--- GOAL OF THE EXERCISE ---
Return the records below exactly as they are written.

--- Stored data entries ---
# # # #

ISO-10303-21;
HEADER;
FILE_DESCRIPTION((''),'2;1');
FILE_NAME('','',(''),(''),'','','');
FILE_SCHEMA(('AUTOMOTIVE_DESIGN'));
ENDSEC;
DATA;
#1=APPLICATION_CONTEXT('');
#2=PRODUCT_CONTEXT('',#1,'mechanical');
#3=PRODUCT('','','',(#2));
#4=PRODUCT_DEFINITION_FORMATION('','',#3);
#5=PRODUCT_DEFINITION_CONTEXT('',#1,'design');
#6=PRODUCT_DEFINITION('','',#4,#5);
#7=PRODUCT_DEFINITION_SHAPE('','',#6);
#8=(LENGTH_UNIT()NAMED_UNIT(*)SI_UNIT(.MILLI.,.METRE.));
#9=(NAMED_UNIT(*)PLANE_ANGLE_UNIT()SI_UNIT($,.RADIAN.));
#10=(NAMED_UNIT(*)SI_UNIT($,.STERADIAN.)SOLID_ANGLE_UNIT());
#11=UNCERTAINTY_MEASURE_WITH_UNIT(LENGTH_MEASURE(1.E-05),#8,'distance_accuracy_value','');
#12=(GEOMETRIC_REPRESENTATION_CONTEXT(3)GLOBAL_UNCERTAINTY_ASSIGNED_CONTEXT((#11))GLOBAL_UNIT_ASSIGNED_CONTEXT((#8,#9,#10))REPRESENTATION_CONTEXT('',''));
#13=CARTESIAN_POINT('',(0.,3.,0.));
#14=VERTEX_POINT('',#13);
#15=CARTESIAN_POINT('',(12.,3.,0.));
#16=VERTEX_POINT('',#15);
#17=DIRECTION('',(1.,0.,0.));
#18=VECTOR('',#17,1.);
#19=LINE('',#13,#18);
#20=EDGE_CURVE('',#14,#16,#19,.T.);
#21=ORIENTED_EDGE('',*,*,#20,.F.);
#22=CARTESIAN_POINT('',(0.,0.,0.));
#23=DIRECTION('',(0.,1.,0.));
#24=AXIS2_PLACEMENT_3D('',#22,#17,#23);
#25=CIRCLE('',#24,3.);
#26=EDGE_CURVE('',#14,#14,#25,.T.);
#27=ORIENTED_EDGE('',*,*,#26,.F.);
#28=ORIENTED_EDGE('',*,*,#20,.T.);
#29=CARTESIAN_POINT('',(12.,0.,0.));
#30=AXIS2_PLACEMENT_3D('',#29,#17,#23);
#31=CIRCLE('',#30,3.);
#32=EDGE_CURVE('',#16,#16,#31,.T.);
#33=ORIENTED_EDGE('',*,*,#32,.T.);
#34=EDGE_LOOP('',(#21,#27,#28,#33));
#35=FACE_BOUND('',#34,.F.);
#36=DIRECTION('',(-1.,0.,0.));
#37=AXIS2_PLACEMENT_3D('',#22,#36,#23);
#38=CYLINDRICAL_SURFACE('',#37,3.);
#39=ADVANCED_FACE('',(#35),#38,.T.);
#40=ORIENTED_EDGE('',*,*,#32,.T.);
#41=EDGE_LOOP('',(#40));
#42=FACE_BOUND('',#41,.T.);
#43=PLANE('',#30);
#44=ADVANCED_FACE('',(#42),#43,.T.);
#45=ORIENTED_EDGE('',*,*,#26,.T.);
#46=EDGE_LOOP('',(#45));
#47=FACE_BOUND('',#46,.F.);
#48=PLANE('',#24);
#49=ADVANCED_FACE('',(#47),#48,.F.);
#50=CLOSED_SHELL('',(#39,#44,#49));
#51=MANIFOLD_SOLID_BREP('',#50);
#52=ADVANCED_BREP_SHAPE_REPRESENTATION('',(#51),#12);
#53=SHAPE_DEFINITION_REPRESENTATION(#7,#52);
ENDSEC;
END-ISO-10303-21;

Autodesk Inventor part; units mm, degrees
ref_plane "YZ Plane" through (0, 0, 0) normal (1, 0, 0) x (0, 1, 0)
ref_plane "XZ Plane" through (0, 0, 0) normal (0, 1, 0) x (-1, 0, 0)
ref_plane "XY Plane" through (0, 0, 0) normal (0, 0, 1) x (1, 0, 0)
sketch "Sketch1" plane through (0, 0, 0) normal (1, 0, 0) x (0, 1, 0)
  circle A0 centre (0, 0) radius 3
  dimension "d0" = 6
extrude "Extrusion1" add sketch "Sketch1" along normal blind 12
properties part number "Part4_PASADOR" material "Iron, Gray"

# # # #

--- EXERCISE ANSWER ---
ISO-10303-21;
HEADER;
FILE_DESCRIPTION((''),'2;1');
FILE_NAME('','',(''),(''),'','','');
FILE_SCHEMA(('AUTOMOTIVE_DESIGN'));
ENDSEC;
DATA;
#1=APPLICATION_CONTEXT('');
#2=PRODUCT_CONTEXT('',#1,'mechanical');
#3=PRODUCT('','','',(#2));
#4=PRODUCT_DEFINITION_FORMATION('','',#3);
#5=PRODUCT_DEFINITION_CONTEXT('',#1,'design');
#6=PRODUCT_DEFINITION('','',#4,#5);
#7=PRODUCT_DEFINITION_SHAPE('','',#6);
#8=(LENGTH_UNIT()NAMED_UNIT(*)SI_UNIT(.MILLI.,.METRE.));
#9=(NAMED_UNIT(*)PLANE_ANGLE_UNIT()SI_UNIT($,.RADIAN.));
#10=(NAMED_UNIT(*)SI_UNIT($,.STERADIAN.)SOLID_ANGLE_UNIT());
#11=UNCERTAINTY_MEASURE_WITH_UNIT(LENGTH_MEASURE(1.E-05),#8,'distance_accuracy_value','');
#12=(GEOMETRIC_REPRESENTATION_CONTEXT(3)GLOBAL_UNCERTAINTY_ASSIGNED_CONTEXT((#11))GLOBAL_UNIT_ASSIGNED_CONTEXT((#8,#9,#10))REPRESENTATION_CONTEXT('',''));
#13=CARTESIAN_POINT('',(0.,3.,0.));
#14=VERTEX_POINT('',#13);
#15=CARTESIAN_POINT('',(12.,3.,0.));
#16=VERTEX_POINT('',#15);
#17=DIRECTION('',(1.,0.,0.));
#18=VECTOR('',#17,1.);
#19=LINE('',#13,#18);
#20=EDGE_CURVE('',#14,#16,#19,.T.);
#21=ORIENTED_EDGE('',*,*,#20,.F.);
#22=CARTESIAN_POINT('',(0.,0.,0.));
#23=DIRECTION('',(0.,1.,0.));
#24=AXIS2_PLACEMENT_3D('',#22,#17,#23);
#25=CIRCLE('',#24,3.);
#26=EDGE_CURVE('',#14,#14,#25,.T.);
#27=ORIENTED_EDGE('',*,*,#26,.F.);
#28=ORIENTED_EDGE('',*,*,#20,.T.);
#29=CARTESIAN_POINT('',(12.,0.,0.));
#30=AXIS2_PLACEMENT_3D('',#29,#17,#23);
#31=CIRCLE('',#30,3.);
#32=EDGE_CURVE('',#16,#16,#31,.T.);
#33=ORIENTED_EDGE('',*,*,#32,.T.);
#34=EDGE_LOOP('',(#21,#27,#28,#33));
#35=FACE_BOUND('',#34,.F.);
#36=DIRECTION('',(-1.,0.,0.));
#37=AXIS2_PLACEMENT_3D('',#22,#36,#23);
#38=CYLINDRICAL_SURFACE('',#37,3.);
#39=ADVANCED_FACE('',(#35),#38,.T.);
#40=ORIENTED_EDGE('',*,*,#32,.T.);
#41=EDGE_LOOP('',(#40));
#42=FACE_BOUND('',#41,.T.);
#43=PLANE('',#30);
#44=ADVANCED_FACE('',(#42),#43,.T.);
#45=ORIENTED_EDGE('',*,*,#26,.T.);
#46=EDGE_LOOP('',(#45));
#47=FACE_BOUND('',#46,.F.);
#48=PLANE('',#24);
#49=ADVANCED_FACE('',(#47),#48,.F.);
#50=CLOSED_SHELL('',(#39,#44,#49));
#51=MANIFOLD_SOLID_BREP('',#50);
#52=ADVANCED_BREP_SHAPE_REPRESENTATION('',(#51),#12);
#53=SHAPE_DEFINITION_REPRESENTATION(#7,#52);
ENDSEC;
END-ISO-10303-21;

Autodesk Inventor part; units mm, degrees
ref_plane "YZ Plane" through (0, 0, 0) normal (1, 0, 0) x (0, 1, 0)
ref_plane "XZ Plane" through (0, 0, 0) normal (0, 1, 0) x (-1, 0, 0)
ref_plane "XY Plane" through (0, 0, 0) normal (0, 0, 1) x (1, 0, 0)
sketch "Sketch1" plane through (0, 0, 0) normal (1, 0, 0) x (0, 1, 0)
  circle A0 centre (0, 0) radius 3
  dimension "d0" = 6
extrude "Extrusion1" add sketch "Sketch1" along normal blind 12
properties part number "Part4_PASADOR" material "Iron, Gray"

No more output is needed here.